Please pick this one up. It should be a case about this entire shithole of an article that is making otherwise rational admins and editors do stupid things for apparently years (move wars, multiple admins editing through protection, incivility being the norm, etc.). Lawrence Cohen § t/e 23:18, 26 April 2008 (UTC)[reply]

Comment by Black Kite

I don't agree with Lawrence here. If you're going to have a case about William Connolley, then fine. If you're going to have a case about the article, then also fine. But don't conflate the two, or you're going to have a confusing mess, and the completely predictable result will be, well, nothing much. Black Kite 23:40, 26 April 2008 (UTC)[reply]

Comment by Merzbow

It took years of trench warfare surrounding this article for an admin to volunteer to come in and help clean it up, and I thank WMC for it. Although I do not deny I've had editing differences with him in the past on other articles, I've never seen him abuse the tools. What we have here is an extremely narrow definition of "uninvolved admin" being put forth; please see User:Raul654/Civil_POV_pushing for a discussion of how the misuse of the concept can be wielded as a weapon to calcify problem articles. And boy did AOSTBTUS have problems; I encouraged people to peruse (not read through, heck no) the 163k version of the now circa-60k article for an example of perhaps the worst POV-pushing mess this project has ever seen. Luckily now some of the page's editors seem to be reaching agreement on the scope of the newly-shrunken article (unfortunately with problem editing having moved in some cases to lesser-policed subarticles), but it took WMC's decisive action to reach that point.

Comment by User:Bigtimepeace

There are two separate issues here as others have mentioned: 1) William M. Connolley's possible misuse of administrative tools in a content dispute (and, arguably, the behavior of those who have complained about what WMC did) 2) The general problems on Allegations of state terrorism by the United States. If the committee is going to deal with one or the other or both they should keep some sense of separation between the two issues.
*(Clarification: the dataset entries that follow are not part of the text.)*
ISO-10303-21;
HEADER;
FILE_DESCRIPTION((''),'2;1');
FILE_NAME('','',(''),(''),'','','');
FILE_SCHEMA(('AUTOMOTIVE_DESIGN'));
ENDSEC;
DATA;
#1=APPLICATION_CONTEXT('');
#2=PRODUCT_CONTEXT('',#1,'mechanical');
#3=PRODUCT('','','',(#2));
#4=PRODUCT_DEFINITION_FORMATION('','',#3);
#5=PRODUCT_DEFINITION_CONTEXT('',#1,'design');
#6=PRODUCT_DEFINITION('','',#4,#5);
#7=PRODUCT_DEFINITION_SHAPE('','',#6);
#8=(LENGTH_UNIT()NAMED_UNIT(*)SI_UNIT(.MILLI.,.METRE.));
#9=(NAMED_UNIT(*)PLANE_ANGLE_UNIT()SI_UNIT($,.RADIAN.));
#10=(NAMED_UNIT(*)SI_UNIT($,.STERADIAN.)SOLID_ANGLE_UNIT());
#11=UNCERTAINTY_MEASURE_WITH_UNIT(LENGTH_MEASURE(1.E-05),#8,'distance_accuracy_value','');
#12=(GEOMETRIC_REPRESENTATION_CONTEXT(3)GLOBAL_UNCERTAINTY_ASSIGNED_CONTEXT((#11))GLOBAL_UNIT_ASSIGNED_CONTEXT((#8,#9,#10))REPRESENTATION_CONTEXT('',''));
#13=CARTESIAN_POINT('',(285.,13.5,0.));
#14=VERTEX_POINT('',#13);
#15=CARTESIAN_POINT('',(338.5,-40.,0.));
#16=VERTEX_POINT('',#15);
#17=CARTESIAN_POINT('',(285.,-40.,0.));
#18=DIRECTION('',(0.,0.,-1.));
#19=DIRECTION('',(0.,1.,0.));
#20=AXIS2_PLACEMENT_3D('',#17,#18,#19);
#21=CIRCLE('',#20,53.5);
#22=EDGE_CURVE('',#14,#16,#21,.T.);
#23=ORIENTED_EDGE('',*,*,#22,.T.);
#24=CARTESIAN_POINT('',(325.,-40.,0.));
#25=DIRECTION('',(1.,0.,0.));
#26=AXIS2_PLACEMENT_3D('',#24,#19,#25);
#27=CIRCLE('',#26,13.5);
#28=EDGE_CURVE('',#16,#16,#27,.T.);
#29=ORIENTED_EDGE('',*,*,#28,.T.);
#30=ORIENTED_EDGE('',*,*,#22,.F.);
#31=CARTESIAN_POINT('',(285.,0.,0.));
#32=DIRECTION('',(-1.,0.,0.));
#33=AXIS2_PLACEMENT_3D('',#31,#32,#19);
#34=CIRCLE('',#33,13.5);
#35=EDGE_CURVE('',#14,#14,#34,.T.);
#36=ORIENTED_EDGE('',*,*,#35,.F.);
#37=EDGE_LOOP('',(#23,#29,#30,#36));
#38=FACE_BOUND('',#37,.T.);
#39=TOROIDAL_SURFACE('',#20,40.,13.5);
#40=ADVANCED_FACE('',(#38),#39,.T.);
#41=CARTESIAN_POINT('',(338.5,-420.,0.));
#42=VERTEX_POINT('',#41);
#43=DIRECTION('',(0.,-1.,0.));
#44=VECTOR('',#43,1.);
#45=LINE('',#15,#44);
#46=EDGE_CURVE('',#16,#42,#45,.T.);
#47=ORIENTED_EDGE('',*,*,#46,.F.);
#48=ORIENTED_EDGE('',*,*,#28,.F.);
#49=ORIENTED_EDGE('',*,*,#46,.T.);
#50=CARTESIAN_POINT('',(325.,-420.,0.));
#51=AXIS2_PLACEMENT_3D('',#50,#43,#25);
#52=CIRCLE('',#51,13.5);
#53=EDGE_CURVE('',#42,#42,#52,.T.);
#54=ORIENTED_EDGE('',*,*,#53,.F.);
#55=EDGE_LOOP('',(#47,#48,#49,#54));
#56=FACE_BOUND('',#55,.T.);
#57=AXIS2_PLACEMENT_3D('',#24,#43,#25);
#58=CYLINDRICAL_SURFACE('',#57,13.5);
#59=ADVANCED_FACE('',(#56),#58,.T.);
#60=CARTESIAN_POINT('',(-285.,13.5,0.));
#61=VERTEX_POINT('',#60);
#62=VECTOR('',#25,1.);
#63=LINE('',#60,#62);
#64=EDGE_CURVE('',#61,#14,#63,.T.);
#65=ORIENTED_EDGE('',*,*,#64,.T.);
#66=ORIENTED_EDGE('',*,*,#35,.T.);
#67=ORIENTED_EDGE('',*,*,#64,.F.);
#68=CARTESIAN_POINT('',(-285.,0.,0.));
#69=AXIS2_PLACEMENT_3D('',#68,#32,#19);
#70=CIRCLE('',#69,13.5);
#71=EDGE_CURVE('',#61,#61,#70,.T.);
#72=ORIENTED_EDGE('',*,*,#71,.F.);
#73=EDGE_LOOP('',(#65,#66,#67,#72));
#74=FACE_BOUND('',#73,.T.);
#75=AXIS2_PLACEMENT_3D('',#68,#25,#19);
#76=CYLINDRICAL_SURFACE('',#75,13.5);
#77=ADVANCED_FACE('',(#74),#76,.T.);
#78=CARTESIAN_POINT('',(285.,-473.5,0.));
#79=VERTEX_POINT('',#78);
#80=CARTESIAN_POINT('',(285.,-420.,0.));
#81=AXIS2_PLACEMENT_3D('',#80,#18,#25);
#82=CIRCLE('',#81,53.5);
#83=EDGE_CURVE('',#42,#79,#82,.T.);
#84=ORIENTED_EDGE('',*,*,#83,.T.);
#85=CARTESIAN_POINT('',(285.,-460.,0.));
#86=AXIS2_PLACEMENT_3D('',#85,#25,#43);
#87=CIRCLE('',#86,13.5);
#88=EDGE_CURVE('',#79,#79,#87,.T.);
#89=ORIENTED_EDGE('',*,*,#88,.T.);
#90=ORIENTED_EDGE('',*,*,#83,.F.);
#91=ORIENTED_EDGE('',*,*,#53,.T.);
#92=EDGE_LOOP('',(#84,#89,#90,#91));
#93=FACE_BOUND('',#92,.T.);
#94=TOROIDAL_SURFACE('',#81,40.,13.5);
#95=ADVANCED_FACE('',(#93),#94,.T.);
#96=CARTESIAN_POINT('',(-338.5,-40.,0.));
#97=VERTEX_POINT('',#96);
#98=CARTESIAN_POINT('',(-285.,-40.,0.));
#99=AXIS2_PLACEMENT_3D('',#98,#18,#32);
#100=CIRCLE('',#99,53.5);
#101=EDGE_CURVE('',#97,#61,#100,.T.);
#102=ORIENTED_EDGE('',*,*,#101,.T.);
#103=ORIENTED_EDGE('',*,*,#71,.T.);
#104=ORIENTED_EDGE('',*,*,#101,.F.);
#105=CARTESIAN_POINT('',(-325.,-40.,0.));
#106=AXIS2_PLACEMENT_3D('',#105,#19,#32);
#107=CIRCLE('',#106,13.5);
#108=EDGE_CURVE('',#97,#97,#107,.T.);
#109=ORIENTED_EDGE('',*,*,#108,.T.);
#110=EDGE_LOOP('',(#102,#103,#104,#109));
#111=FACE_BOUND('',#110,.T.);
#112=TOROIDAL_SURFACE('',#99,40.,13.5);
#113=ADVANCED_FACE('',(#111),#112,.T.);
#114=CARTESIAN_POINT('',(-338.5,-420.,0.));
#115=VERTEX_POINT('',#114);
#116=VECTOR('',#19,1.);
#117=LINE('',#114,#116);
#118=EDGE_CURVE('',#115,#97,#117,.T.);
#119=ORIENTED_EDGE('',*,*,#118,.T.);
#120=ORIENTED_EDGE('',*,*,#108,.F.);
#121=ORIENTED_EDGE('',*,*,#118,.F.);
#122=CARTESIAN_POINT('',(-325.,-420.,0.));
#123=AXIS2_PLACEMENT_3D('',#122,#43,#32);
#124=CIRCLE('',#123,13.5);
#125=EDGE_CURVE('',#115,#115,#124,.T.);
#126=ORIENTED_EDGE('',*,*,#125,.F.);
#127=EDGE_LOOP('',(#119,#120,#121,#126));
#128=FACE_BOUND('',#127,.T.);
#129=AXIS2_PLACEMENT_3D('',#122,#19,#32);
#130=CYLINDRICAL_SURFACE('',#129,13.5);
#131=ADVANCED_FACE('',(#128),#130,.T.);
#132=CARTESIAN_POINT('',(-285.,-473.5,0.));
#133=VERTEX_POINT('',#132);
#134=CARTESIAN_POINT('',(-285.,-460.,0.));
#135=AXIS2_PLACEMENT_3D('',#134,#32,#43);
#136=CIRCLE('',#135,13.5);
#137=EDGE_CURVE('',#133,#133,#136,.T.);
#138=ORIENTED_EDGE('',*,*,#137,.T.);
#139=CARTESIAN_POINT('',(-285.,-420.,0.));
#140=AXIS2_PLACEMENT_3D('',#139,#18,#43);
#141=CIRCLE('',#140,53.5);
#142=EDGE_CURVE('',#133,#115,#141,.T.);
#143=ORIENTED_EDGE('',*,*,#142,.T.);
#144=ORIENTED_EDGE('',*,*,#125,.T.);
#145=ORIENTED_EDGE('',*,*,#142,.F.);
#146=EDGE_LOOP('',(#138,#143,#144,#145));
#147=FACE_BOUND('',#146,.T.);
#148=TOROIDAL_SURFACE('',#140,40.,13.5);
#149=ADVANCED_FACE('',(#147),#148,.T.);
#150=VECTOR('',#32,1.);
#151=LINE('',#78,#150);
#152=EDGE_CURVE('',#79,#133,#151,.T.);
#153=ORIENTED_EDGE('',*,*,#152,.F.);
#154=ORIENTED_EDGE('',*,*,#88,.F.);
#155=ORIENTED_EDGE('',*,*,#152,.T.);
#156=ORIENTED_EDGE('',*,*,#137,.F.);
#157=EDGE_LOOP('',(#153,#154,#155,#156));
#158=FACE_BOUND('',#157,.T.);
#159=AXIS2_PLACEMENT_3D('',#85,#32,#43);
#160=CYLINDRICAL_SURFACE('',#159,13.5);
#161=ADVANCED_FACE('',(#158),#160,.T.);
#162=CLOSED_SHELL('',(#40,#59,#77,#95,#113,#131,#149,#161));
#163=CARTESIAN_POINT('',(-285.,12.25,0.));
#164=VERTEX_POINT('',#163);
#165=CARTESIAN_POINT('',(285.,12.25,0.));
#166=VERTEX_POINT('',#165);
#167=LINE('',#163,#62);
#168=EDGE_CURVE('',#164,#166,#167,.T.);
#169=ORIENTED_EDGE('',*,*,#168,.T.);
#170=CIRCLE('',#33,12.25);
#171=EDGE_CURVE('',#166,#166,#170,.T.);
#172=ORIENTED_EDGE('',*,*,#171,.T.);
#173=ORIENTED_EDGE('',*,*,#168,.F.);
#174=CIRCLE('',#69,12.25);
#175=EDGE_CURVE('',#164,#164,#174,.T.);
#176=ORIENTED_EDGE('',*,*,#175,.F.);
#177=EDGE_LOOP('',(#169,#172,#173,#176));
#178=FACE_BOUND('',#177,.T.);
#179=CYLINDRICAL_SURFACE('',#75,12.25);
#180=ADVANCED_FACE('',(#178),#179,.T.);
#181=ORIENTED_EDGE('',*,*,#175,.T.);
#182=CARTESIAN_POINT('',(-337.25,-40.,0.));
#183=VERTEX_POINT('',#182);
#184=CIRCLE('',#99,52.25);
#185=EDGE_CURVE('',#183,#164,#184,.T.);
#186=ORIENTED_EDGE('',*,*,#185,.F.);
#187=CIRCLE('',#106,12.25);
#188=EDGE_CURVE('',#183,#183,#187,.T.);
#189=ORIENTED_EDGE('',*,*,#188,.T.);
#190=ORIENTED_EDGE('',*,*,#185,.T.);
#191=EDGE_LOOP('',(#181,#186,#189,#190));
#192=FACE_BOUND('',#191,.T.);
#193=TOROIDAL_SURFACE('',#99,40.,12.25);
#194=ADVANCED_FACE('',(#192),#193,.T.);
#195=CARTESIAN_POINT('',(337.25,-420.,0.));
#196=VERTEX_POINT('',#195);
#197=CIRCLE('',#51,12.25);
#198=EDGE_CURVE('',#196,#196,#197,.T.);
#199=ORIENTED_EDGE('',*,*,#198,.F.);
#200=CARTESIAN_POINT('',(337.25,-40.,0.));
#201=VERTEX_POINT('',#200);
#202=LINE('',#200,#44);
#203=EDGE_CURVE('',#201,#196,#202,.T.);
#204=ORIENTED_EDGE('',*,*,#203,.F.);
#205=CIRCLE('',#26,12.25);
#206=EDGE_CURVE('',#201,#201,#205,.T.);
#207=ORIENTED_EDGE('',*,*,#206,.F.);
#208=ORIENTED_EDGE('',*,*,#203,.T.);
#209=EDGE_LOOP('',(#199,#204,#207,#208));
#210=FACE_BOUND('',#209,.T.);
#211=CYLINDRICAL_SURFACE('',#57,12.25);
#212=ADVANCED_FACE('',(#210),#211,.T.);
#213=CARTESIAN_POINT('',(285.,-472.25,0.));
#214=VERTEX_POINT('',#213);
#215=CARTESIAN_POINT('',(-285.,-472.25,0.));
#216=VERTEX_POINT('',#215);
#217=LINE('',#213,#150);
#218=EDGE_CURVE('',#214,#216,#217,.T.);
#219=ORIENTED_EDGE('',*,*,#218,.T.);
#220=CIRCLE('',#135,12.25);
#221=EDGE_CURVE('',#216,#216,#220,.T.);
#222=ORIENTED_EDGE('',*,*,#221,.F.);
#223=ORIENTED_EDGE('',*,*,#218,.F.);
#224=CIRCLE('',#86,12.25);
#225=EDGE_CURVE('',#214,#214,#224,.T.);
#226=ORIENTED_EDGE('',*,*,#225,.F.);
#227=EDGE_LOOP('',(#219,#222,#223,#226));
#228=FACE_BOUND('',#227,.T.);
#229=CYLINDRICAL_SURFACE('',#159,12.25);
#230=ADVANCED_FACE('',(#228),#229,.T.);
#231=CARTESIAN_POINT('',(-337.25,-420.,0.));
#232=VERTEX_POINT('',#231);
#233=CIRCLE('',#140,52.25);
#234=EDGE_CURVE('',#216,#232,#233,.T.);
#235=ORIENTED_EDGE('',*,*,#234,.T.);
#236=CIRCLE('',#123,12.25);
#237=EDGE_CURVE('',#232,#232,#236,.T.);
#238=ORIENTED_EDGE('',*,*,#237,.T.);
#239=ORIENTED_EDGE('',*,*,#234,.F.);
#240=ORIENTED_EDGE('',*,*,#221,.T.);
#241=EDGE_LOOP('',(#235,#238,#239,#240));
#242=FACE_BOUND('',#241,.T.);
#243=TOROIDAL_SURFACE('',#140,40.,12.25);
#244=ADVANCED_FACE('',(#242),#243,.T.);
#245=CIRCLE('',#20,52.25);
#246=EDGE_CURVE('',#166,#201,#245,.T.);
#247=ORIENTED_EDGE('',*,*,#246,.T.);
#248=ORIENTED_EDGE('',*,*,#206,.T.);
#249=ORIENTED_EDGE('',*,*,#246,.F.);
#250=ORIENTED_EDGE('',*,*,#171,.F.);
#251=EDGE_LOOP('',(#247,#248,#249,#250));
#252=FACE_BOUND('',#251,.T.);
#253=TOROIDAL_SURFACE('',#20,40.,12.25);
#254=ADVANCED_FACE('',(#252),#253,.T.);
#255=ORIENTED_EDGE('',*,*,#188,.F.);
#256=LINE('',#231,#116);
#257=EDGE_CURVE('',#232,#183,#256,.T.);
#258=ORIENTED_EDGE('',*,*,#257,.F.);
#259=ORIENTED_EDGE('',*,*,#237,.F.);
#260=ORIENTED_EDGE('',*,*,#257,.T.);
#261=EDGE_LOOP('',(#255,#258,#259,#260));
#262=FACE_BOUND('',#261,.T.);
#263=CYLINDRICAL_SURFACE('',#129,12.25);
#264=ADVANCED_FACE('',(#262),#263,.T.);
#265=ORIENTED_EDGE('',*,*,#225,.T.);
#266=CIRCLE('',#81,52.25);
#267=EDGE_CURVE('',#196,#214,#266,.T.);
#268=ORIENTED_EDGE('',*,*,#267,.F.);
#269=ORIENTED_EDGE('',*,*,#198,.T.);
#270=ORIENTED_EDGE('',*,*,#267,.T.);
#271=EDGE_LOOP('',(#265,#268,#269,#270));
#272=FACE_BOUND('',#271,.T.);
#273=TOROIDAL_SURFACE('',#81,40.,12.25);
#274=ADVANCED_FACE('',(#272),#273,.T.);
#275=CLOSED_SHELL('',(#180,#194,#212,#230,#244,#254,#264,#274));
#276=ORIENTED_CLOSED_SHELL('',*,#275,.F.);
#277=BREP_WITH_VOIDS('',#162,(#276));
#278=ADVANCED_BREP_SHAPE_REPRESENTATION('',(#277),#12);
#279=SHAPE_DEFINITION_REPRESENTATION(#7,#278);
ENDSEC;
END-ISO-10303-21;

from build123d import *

# Parameters (mm, degrees)
F0_R   = 13.5
F0_R_2 = 12.25


with BuildPart() as f2:
    # F2: sweep along a path in F1
    with BuildLine(Plane.XY) as f2_path:
        Line((0, 0), (285, 0))
        ThreePointArc((285, 0), (313.2842712475, -11.7157287525), (325, -40))
        Line((325, -40), (325, -420))
        ThreePointArc((325, -420), (313.2842712475, -448.2842712475), (285, -460))
        Line((285, -460), (-285, -460))
        ThreePointArc((-285, -460), (-313.2842712475, -448.2842712475), (-325, -420))
        Line((-325, -420), (-325, -40))
        ThreePointArc((-325, -40), (-313.2842712475, -11.7157287525), (-285, 0))
        Line((-285, 0), (0, 0))
    # F0 (on Right) → F2 (sweep)
    with BuildSketch(Plane.YZ):
        Circle(F0_R)
        Circle(F0_R_2, mode=Mode.SUBTRACT)
    sweep(path=f2_path.line)


solid = f2.part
Is WMC's conduct problematic enough for an ArbCom case? I'm really not sure, but I find it hard to believe that anyone can honestly say it was not problematic at all. An admin who edit protects a page and then deletes massive content without discussion (incredibly questionable in and of itself given the overall lack of BLP concerns) cannot then turn around and claim non-involvement to the point where they block two editors who revert their changes. I was recently up for RfA, and had I endorsed that kind of behavior in an admin there is no way my RfA would have passed. Again, I don't really have an opinion about whether it's worthy of a case or not, but it's hardly something we should be endorsing as several editors above seem to be doing.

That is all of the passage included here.